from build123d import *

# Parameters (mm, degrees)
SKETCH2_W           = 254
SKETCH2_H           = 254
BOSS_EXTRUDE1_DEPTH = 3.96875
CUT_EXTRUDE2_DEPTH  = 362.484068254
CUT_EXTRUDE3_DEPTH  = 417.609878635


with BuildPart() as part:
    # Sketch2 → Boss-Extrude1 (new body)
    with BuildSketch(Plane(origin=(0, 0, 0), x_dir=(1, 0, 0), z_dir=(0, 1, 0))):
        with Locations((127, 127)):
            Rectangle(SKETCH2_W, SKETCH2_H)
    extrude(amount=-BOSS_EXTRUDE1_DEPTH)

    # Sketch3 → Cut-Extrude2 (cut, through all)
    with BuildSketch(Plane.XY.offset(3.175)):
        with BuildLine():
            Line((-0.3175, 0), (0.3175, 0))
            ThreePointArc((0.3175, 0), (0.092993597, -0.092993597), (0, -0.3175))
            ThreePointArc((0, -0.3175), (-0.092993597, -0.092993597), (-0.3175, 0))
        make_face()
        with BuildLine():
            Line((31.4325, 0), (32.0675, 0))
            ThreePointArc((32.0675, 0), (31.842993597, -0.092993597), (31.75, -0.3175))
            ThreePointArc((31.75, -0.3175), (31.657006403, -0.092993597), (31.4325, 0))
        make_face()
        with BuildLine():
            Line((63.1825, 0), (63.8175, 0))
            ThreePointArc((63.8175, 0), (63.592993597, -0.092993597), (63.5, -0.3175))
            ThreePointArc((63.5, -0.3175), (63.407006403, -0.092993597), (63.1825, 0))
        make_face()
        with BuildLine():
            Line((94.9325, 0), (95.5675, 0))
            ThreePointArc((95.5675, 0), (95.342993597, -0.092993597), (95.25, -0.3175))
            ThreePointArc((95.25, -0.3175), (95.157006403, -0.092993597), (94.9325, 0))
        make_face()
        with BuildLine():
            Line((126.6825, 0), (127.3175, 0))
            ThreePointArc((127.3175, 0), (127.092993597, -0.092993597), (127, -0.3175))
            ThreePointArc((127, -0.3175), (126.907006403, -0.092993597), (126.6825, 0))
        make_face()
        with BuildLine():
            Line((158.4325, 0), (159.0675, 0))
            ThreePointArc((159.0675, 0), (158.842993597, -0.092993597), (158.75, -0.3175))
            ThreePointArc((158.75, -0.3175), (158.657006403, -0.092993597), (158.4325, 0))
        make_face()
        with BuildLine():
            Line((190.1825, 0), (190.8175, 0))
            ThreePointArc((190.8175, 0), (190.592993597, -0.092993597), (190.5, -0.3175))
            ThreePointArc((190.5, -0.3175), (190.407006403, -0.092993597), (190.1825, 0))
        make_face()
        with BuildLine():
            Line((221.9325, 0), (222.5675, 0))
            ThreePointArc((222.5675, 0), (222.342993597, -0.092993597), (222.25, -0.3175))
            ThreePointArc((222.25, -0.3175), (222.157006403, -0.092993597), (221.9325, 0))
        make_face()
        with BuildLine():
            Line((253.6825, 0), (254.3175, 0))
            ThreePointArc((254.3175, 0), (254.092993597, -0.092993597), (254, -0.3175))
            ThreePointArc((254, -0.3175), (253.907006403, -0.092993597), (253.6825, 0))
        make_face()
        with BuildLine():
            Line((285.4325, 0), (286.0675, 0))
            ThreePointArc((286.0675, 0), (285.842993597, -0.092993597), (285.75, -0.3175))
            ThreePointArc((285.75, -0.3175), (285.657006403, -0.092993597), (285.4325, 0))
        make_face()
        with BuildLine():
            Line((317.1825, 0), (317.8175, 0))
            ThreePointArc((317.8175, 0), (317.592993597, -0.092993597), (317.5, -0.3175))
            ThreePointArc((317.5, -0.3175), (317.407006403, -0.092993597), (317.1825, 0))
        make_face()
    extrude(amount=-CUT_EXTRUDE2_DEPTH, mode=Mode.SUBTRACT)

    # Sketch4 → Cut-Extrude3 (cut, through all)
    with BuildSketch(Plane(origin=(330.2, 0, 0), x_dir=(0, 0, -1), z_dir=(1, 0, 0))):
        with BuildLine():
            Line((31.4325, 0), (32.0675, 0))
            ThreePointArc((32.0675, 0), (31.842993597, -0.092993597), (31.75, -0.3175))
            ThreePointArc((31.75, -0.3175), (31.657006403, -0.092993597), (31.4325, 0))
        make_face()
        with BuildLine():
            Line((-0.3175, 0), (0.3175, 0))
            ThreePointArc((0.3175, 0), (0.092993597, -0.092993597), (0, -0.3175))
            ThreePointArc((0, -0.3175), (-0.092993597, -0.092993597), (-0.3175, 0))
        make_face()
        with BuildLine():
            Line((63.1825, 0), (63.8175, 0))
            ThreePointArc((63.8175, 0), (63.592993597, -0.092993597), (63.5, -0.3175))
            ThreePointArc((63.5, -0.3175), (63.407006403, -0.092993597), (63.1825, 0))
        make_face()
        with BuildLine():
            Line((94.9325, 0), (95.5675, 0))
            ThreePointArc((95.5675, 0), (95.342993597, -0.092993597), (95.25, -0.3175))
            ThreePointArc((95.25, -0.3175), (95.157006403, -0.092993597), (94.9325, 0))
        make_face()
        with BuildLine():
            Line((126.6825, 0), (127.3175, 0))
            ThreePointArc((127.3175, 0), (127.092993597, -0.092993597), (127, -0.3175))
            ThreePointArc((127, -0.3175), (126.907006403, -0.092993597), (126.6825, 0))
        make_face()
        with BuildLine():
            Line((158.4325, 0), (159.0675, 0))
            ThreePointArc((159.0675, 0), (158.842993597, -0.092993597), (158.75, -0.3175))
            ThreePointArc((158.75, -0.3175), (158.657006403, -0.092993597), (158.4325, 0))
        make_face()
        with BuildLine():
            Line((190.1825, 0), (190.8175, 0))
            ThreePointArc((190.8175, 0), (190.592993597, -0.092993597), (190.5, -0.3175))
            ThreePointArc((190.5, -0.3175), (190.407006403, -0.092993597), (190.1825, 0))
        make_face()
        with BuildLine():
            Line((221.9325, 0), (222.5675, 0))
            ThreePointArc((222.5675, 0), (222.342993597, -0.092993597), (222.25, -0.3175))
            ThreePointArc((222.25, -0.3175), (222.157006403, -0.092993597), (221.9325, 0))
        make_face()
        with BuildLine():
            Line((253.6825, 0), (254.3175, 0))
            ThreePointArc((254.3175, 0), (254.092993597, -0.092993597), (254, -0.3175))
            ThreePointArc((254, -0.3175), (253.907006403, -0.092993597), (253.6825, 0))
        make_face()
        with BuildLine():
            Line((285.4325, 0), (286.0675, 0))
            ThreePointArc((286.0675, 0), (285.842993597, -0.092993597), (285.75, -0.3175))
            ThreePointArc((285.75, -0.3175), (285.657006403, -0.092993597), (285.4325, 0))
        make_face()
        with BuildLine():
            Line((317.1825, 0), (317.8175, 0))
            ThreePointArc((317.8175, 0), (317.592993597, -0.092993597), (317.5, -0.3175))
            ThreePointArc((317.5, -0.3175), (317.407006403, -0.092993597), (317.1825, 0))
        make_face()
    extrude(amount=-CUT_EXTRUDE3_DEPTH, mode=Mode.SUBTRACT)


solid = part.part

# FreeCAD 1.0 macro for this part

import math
import FreeCAD as App
import Part
import Sketcher

V = App.Vector
Q = App.Units.Quantity

doc = App.newDocument("Part")
body = doc.addObject("PartDesign::Body", "Body")

# Sketch on XZ plane
sketch1 = doc.addObject("Sketcher::SketchObject", "Sketch")
body.addObject(sketch1)
sketch1.AttachmentSupport = (doc.XZ_Plane, [""])
sketch1.MapMode = "FlatFace"
sketch1.addGeometry([
    Part.LineSegment(V(0, -254, 0), V(0, 0, 0)),
    Part.LineSegment(V(0, 0, 0), V(254, 0, 0)),
    Part.LineSegment(V(254, 0, 0), V(254, -254, 0)),
    Part.LineSegment(V(254, -254, 0), V(0, -254, 0)),
], False)
sketch1.addConstraint([
    Sketcher.Constraint("Coincident", 0, 2, 1, 1),
    Sketcher.Constraint("Coincident", 1, 2, 2, 1),
    Sketcher.Constraint("Coincident", 2, 2, 3, 1),
    Sketcher.Constraint("Coincident", 3, 2, 0, 1),
    Sketcher.Constraint("Vertical", 0),
    Sketcher.Constraint("Horizontal", 1),
    Sketcher.Constraint("Vertical", 2),
    Sketcher.Constraint("Horizontal", 3),
    Sketcher.Constraint("Coincident", 0, 2, -1, 1),
    Sketcher.Constraint("Equal", 3, 0),
    Sketcher.Constraint("DistanceX", 1, 1, 1, 2, Q("10 in")),
])
pad1 = doc.addObject("PartDesign::Pad", "Pad")
body.addObject(pad1)
pad1.Profile = sketch1
pad1.Length = Q("0.15625 in")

▶ **TASK TO CARRY OUT**:
Tally the lines of the material above that include the string "SUBTRACT", then give the number with no other text.

▶ **COMPLETED TASK**:
2